Organist Marvin Mills eagerly champions music by black composers. But in this era of multicultural awareness, the African-American performer from the District of Columbia does not use this specialty as a trendy calling card. His repertory encompasses both the traditional and the offbeat.
This spring, for example, he played the complete organ works of J. S. Bach--some 275 compositions--in a 14-week recital series at All Souls Unitarian Church, Washington, where he is music director. At the Spreckels Organ Society’s summer festival tonight , he will play a transcription of Mussorgsky’s landmark “Pictures at an Exhibition.”
“These days, people frequently ask me to play music of black composers, which I am happy to do, but not because it’s the music of black composers,” Mills said. “Only because the music itself is good and happens to be written by black composers.”
A musician who chooses his words as carefully as Kathleen Battle ornaments a Mozart aria, Mills couched his strongly held opinions in calm, judiciously phrased sentences. In an interview over breakfast in the Gaslamp Quarter, he managed to be friendly and reserved at the same time, although his slightly mischievous smile proved his trademark.
He arrived in San Diego last week to spend a few days getting accustomed to San Diego’s unique outdoor Spreckels organ. Acknowledging that he had never played an outdoor pipe organ, Mills described the main challenge of playing outside:
“You have to approach coloring the music in a different way, because you’re not in an enclosed space where you can control the sound. So you have to overcompensate in terms of volume. Otherwise, it’s not that different, really.”
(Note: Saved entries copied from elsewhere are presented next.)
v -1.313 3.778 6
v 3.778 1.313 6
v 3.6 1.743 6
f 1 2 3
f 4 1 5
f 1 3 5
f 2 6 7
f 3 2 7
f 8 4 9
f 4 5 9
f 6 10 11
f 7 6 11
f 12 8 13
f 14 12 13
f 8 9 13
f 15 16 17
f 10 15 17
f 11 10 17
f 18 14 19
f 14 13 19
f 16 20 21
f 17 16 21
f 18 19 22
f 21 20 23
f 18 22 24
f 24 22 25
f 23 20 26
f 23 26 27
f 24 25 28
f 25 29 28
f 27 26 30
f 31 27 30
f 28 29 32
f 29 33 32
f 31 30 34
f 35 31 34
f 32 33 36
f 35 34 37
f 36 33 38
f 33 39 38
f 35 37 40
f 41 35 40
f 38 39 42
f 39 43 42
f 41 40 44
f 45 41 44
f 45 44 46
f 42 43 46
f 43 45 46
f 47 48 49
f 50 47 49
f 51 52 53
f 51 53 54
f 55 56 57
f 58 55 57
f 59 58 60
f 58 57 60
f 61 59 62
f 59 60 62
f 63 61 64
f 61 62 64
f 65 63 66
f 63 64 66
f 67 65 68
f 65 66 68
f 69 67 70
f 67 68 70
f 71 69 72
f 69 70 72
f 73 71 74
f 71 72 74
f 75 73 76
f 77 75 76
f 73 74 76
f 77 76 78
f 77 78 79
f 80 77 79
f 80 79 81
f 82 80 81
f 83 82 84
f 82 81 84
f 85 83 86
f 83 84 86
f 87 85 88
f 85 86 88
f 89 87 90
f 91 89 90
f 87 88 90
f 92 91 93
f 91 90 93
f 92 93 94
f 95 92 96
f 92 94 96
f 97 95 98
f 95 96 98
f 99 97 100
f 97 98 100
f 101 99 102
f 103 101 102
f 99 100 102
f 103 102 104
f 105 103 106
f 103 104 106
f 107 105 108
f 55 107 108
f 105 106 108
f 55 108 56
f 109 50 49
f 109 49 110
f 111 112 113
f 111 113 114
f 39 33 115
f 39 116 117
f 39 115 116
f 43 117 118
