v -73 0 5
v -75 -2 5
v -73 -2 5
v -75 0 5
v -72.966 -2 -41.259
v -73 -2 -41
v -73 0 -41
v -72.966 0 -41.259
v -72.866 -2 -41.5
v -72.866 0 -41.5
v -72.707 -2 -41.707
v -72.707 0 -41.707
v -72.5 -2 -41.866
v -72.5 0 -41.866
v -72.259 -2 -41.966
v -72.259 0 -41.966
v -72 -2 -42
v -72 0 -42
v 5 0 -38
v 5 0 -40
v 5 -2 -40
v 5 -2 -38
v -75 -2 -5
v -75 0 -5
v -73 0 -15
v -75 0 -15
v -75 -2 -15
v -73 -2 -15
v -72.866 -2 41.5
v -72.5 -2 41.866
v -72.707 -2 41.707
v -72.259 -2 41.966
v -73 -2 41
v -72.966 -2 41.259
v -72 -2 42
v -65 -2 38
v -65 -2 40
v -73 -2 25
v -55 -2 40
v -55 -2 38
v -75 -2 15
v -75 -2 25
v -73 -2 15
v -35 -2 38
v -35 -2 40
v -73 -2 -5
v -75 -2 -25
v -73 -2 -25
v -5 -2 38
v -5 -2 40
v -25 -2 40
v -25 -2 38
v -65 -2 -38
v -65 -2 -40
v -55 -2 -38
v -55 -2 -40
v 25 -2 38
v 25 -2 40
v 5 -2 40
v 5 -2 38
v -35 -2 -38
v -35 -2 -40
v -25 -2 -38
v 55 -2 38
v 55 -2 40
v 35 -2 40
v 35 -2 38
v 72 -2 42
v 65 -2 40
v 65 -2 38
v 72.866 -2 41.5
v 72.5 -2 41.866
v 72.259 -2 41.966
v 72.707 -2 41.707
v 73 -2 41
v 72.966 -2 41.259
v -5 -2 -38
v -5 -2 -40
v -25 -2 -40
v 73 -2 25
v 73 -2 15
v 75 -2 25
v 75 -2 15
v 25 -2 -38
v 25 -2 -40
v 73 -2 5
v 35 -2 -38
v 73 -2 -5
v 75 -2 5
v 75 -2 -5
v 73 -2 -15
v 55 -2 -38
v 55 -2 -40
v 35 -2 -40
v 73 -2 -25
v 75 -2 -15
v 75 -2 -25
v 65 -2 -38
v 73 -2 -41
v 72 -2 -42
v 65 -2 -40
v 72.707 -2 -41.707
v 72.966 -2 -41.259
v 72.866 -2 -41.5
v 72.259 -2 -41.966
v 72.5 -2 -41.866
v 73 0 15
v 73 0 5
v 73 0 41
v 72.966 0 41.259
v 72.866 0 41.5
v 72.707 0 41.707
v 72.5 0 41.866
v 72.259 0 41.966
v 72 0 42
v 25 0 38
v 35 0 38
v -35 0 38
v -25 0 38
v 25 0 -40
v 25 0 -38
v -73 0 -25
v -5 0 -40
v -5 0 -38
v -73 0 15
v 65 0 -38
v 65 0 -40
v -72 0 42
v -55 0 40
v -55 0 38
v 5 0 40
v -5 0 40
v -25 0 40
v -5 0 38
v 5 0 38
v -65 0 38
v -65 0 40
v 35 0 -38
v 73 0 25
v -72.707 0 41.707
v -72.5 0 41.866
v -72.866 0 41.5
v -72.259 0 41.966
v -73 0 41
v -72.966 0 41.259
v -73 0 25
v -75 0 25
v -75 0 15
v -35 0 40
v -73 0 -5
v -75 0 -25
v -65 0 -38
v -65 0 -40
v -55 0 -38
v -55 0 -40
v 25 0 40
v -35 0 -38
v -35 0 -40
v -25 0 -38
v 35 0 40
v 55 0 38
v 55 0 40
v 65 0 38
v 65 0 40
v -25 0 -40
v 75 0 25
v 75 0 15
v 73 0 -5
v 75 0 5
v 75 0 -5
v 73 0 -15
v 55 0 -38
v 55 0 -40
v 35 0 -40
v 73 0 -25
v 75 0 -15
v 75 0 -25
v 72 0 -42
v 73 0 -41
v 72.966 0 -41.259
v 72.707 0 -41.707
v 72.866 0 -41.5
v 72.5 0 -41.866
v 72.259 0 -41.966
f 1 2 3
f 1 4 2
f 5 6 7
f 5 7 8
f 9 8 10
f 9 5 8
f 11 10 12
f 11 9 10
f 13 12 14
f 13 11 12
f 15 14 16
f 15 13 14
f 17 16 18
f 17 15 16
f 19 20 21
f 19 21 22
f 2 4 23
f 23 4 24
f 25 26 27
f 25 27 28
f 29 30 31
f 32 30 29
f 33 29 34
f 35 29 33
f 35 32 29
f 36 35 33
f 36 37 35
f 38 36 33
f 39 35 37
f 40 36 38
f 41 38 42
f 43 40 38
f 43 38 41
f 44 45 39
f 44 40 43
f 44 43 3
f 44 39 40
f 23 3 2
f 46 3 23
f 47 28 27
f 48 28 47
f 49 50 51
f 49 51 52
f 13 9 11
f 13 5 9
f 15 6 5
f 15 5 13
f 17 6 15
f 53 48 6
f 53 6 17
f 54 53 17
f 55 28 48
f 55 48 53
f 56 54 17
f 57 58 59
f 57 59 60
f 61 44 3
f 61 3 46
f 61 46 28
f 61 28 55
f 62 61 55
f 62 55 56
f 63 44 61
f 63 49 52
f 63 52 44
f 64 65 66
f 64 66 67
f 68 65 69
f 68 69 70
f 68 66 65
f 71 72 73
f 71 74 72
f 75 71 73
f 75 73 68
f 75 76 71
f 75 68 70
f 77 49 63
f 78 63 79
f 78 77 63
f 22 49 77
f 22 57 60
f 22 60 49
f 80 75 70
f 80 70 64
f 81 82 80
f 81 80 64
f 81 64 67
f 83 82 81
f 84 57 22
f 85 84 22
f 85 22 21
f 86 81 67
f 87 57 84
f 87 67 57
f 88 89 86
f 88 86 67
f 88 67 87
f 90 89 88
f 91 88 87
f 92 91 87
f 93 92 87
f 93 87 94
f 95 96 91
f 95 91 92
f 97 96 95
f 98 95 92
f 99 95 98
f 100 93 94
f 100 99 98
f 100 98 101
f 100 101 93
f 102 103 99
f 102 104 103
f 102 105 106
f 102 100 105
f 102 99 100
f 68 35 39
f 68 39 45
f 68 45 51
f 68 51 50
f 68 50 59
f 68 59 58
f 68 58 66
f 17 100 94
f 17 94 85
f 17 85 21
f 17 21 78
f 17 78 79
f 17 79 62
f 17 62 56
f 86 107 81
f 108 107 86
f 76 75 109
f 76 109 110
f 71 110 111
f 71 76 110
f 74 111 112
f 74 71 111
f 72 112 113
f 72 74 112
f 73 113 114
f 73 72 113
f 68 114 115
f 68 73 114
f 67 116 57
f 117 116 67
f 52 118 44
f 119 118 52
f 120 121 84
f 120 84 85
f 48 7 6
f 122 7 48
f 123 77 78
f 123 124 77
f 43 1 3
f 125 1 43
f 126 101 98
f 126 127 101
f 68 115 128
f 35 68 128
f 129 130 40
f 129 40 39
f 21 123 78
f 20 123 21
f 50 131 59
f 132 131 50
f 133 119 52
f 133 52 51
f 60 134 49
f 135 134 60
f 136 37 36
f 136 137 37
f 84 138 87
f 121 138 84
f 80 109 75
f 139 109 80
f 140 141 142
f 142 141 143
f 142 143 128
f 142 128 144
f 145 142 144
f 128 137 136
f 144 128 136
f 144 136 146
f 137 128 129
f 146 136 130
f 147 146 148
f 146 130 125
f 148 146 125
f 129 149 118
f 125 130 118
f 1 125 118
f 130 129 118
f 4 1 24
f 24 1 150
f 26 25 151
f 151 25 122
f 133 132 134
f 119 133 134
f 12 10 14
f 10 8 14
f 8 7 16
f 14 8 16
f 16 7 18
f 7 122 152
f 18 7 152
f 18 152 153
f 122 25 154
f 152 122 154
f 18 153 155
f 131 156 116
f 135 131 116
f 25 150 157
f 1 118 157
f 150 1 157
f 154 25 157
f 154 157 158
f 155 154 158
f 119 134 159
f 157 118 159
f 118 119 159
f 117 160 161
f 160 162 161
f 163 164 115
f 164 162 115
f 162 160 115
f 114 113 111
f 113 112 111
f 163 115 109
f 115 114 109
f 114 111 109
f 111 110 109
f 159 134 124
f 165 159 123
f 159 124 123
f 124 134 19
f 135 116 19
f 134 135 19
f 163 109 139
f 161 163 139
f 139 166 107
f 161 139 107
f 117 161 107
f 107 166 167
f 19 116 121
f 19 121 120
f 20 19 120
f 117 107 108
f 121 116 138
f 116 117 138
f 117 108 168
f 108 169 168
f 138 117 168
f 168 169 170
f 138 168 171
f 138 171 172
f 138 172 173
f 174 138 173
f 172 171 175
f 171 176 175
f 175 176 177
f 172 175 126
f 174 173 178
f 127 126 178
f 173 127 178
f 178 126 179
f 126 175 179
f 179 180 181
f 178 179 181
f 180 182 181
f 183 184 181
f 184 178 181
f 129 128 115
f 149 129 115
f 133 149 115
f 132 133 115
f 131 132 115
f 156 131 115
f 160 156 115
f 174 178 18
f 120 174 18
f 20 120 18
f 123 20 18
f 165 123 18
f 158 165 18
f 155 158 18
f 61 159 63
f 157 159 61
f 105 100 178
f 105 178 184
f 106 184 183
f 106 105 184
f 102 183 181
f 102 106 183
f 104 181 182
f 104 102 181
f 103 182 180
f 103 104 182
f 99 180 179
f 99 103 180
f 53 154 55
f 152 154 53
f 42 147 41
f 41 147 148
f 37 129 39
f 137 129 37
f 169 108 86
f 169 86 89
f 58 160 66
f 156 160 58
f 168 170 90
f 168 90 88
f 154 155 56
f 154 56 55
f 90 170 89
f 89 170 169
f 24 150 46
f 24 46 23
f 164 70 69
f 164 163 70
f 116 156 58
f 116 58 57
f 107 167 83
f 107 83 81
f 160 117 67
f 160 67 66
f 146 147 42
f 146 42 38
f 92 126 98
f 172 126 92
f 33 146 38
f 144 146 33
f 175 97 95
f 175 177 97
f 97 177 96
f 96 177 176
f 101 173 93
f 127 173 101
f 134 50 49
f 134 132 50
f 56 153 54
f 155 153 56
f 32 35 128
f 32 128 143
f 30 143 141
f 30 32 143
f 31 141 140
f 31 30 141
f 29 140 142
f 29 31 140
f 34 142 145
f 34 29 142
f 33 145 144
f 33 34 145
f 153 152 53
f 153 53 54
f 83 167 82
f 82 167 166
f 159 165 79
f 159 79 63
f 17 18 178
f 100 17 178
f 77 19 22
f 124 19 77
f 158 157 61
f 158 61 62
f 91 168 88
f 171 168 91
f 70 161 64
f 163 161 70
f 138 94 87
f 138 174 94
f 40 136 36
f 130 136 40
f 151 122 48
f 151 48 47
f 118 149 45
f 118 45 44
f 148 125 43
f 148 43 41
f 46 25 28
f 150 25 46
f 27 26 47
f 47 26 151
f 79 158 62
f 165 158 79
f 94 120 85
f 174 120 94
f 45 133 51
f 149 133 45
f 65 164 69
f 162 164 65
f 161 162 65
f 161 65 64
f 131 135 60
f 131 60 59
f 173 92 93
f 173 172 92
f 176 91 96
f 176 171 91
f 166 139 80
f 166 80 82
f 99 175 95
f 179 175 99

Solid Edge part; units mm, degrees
sketch "Sketch1" plane through (0, 0, 0) normal (0, -1, 0) x (1, 0, 0)
  line L0 (75, -42) -> (75, 42)
  line L1 (75, 42) -> (-75, 42)
  line L2 (-75, 42) -> (-75, -42)
  line L3 (-75, -42) -> (75, -42)
extrude "Protrusion1" add sketch "Sketch1" along normal blind 2
sketch "Sketch2" plane through (0, 0, 0) normal (0, -1, 0) x (1, 0, 0)
  line L0 (-55, 38) -> (-55, 40)
  line L1 (-55, 40) -> (-65, 40)
  line L2 (-65, 40) -> (-65, 38)
  line L3 (-65, 38) -> (-55, 38)
  line L4 (-25, 40) -> (-35, 40)
  line L5 (-35, 40) -> (-35, 38)
  line L6 (-35, 38) -> (-25, 38)
  line L7 (-25, 38) -> (-25, 40)
  line L8 (-5, 38) -> (5, 38)
  line L9 (5, 38) -> (5, 40)
  line L10 (5, 40) -> (-5, 40)
  line L11 (-5, 40) -> (-5, 38)
  line L12 (25, 38) -> (35, 38)
  line L13 (35, 38) -> (35, 40)
  line L14 (35, 40) -> (25, 40)
  line L15 (25, 40) -> (25, 38)
  line L16 (55, 38) -> (65, 38)
  line L17 (65, 38) -> (65, 40)
  line L18 (65, 40) -> (55, 40)
  line L19 (55, 40) -> (55, 38)
  line L20 (65, -40) -> (65, -38)
  line L21 (65, -38) -> (55, -38)
  line L22 (55, -38) -> (55, -40)
  line L23 (55, -40) -> (65, -40)
  line L24 (25, -40) -> (35, -40)
  line L25 (35, -40) -> (35, -38)
  line L26 (35, -38) -> (25, -38)
  line L27 (25, -38) -> (25, -40)
  line L28 (5, -38) -> (-5, -38)
  line L29 (-5, -38) -> (-5, -40)
  line L30 (-5, -40) -> (5, -40)
  line L31 (5, -40) -> (5, -38)
  line L32 (-25, -38) -> (-35, -38)
  line L33 (-35, -38) -> (-35, -40)
  line L34 (-35, -40) -> (-25, -40)
  line L35 (-25, -40) -> (-25, -38)
  line L36 (-55, -40) -> (-55, -38)
  line L37 (-55, -38) -> (-65, -38)
  line L38 (-65, -38) -> (-65, -40)
  line L39 (-65, -40) -> (-55, -40)
  line L40 (-73, -42) -> (-73, -25)
  line L41 (-73, -25) -> (-75, -25)
  line L42 (-75, -25) -> (-75, -42)
  line L43 (-75, -42) -> (-73, -42)
  line L44 (-73, -15) -> (-73, -5)
  line L45 (-73, -5) -> (-75, -5)
  line L46 (-75, -5) -> (-75, -15)
  line L47 (-75, -15) -> (-73, -15)
  line L48 (-73, 5) -> (-73, 15)
  line L49 (-73, 15) -> (-75, 15)
  line L50 (-75, 15) -> (-75, 5)
  line L51 (-75, 5) -> (-73, 5)
  line L52 (-73, 25) -> (-73, 42)
  line L53 (-73, 42) -> (-75, 42)
  line L54 (-75, 42) -> (-75, 25)
  line L55 (-75, 25) -> (-73, 25)
  line L56 (75, 25) -> (75, 42)
  line L57 (75, 42) -> (73, 42)
  line L58 (73, 42) -> (73, 25)
  line L59 (73, 25) -> (75, 25)
  line L60 (73, 15) -> (73, 5)
  line L61 (73, 5) -> (75, 5)
  line L62 (75, 5) -> (75, 15)
  line L63 (75, 15) -> (73, 15)
  line L64 (73, -5) -> (73, -15)
  line L65 (73, -15) -> (75, -15)
  line L66 (75, -15) -> (75, -5)
  line L67 (75, -5) -> (73, -5)
  line L68 (73, -25) -> (73, -42)
  line L69 (73, -42) -> (75, -42)
  line L70 (75, -42) -> (75, -25)
  line L71 (75, -25) -> (73, -25)
  dimension "D1" = 10
  dimension "D2" = 2
  dimension "D3" = 10
  dimension "D4" = 2
  dimension "D5" = 10
  dimension "D6" = 2
  dimension "D7" = 10
  dimension "D8" = 2
  dimension "D9" = 10
  dimension "D10" = 2
  dimension "D11" = 10
  dimension "D12" = 2
  dimension "D13" = 20
  dimension "D14" = 2
  dimension "D15" = 20
  dimension "D16" = 2
  dimension "D17" = 20
  dimension "D18" = 2
  dimension "D19" = 20
  dimension "D20" = 2
  dimension "D21" = 2
  dimension "D22" = 17
  dimension "D23" = 2
  dimension "D24" = 10
  dimension "D25" = 2
  dimension "D26" = 10
  dimension "D27" = 2
  dimension "D28" = 17
  dimension "D29" = 10
  dimension "D30" = 2
  dimension "D31" = 10
  dimension "D32" = 2
  dimension "D33" = 10
  dimension "D34" = 2
  dimension "D35" = 10
  dimension "D36" = 2
  dimension "D37" = 10
  dimension "D38" = 2
  dimension "D39" = 10
  dimension "D40" = 10
  dimension "D41" = 10
  dimension "D42" = 2
  dimension "D43" = 10
  dimension "D44" = 2
  dimension "D45" = 2
  dimension "D46" = 2
  dimension "D47" = 2
  dimension "D48" = 20
  dimension "D49" = 20
  dimension "D50" = 20
  dimension "D51" = 20
  dimension "D52" = 2
  dimension "D53" = 17
  dimension "D54" = 2
  dimension "D55" = 10
  dimension "D56" = 2
  dimension "D57" = 17
  dimension "D58" = 2
  dimension "D59" = 10
  dimension "D60" = 10
  dimension "D61" = 10
extrude "ExtrudedCutout_1" cut sketch "Sketch2" along normal blind 2
fillet "Round_1" radius 1 4 edges at (-73, -1, -42) (73, -1, -42) (73, -1, 42) (-73, -1, 42)
properties material "Acrylic, high impact grade"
Mills admitted that, despite the high profile enjoyed by some mainstream black composers--Joplin, Still, Ellington--black composers for the organ are hardly household names. They tended to work in obscurity, and many of their compositions were never published.
“Thomas Kerr’s Arietta, which I’m playing on the Spreckels program, was published in the late 1950s and then went out of print,” Mills said. “I don’t know how much air time the music of any of these black composers got when it was written, because it was often written for a specific occasion. When I got to All Souls Church, I discovered a number of Kerr’s organ works in manuscript in the music library. Kerr was a Baltimore native who lived in Washington, and he often sent his compositions to area organists, hoping they might be played.”
In addition to Kerr, Mills listed Noel DaCosta, George William Walker and Florence Price as black composers who contributed to organ repertory.
“Price, who died in 1953, wrote orchestral music and was frequently performed in the 1930s, although she is now better known for her arrangements of spirituals and for her art songs,” Mills said.
Mills noted with satisfaction that, at last month’s national convention of the American Guild of Organists, an event that drew about 2,000 organists to Atlanta, compositions by black composers were featured in unprecedented abundance.
Before he discovered black organ composers, Mills’ first love was the music oS. Bach.
“In high school, I used to save my lunch money and go down to the Wanamaker store in Philadelphia and buy the Bach organ works a volume at a time,” he said. “Somewhere in the back of my mind, I’ve always wanted to play all of Bach’s organ works.”
He finally had his chance to play the entire Bach organ canon on 14 consecutive Saturday afternoons, March 21-June 20, at All Souls Church as a benefit for the church’s organ endowment fund. Although Mills is accustomed to playing as many as 50 concerts a year, he was unprepared for the rigors of the all-Bach series.
“I was looking to do something a little crazy, just off-the-wall enough to attract attention,” he said. “It turned out to be unlike anything else I’ve ever done. Even one program of Bach requires much concentration, and I was quite exhausted long before the 14-week series was over.”
In addition to raising about $10,000 for the organ fund, the Bach concerts attracted a new audience, including city-shy suburbanites, to the church, which is in Washington’s culturally diverse Adams-Morgan neighborhood. (According to Mills, it contains a large Hispanic and substantial black population, as well as European-Americans and first-generation Africans.) For some whites, attending the recitals brought sociological insight as well as musical satisfaction.
“A friend of mine recounted a post-concert incident she had read (about) in the Washington Post about a senator who had come to some of the Bach recitals,” Mills said. “On his way to his car after leaving the church, he became aware of four African-American young men walking in his direction.
“He became nervous and concerned when they approached him, only to ask him, ‘Did you enjoy the recital?’ And of course there was instantaneous relief on his part, but he immediately felt the shame for his initial reaction.”
Although Mills was not ready to prescribe music as a panacea for the chronic problem of racial tensions, he saw his Bach recitals as an opportunity to bring people together and change stereotypical perceptions about other races.
“It’s personal contact that dispels that ignorance and the fear.”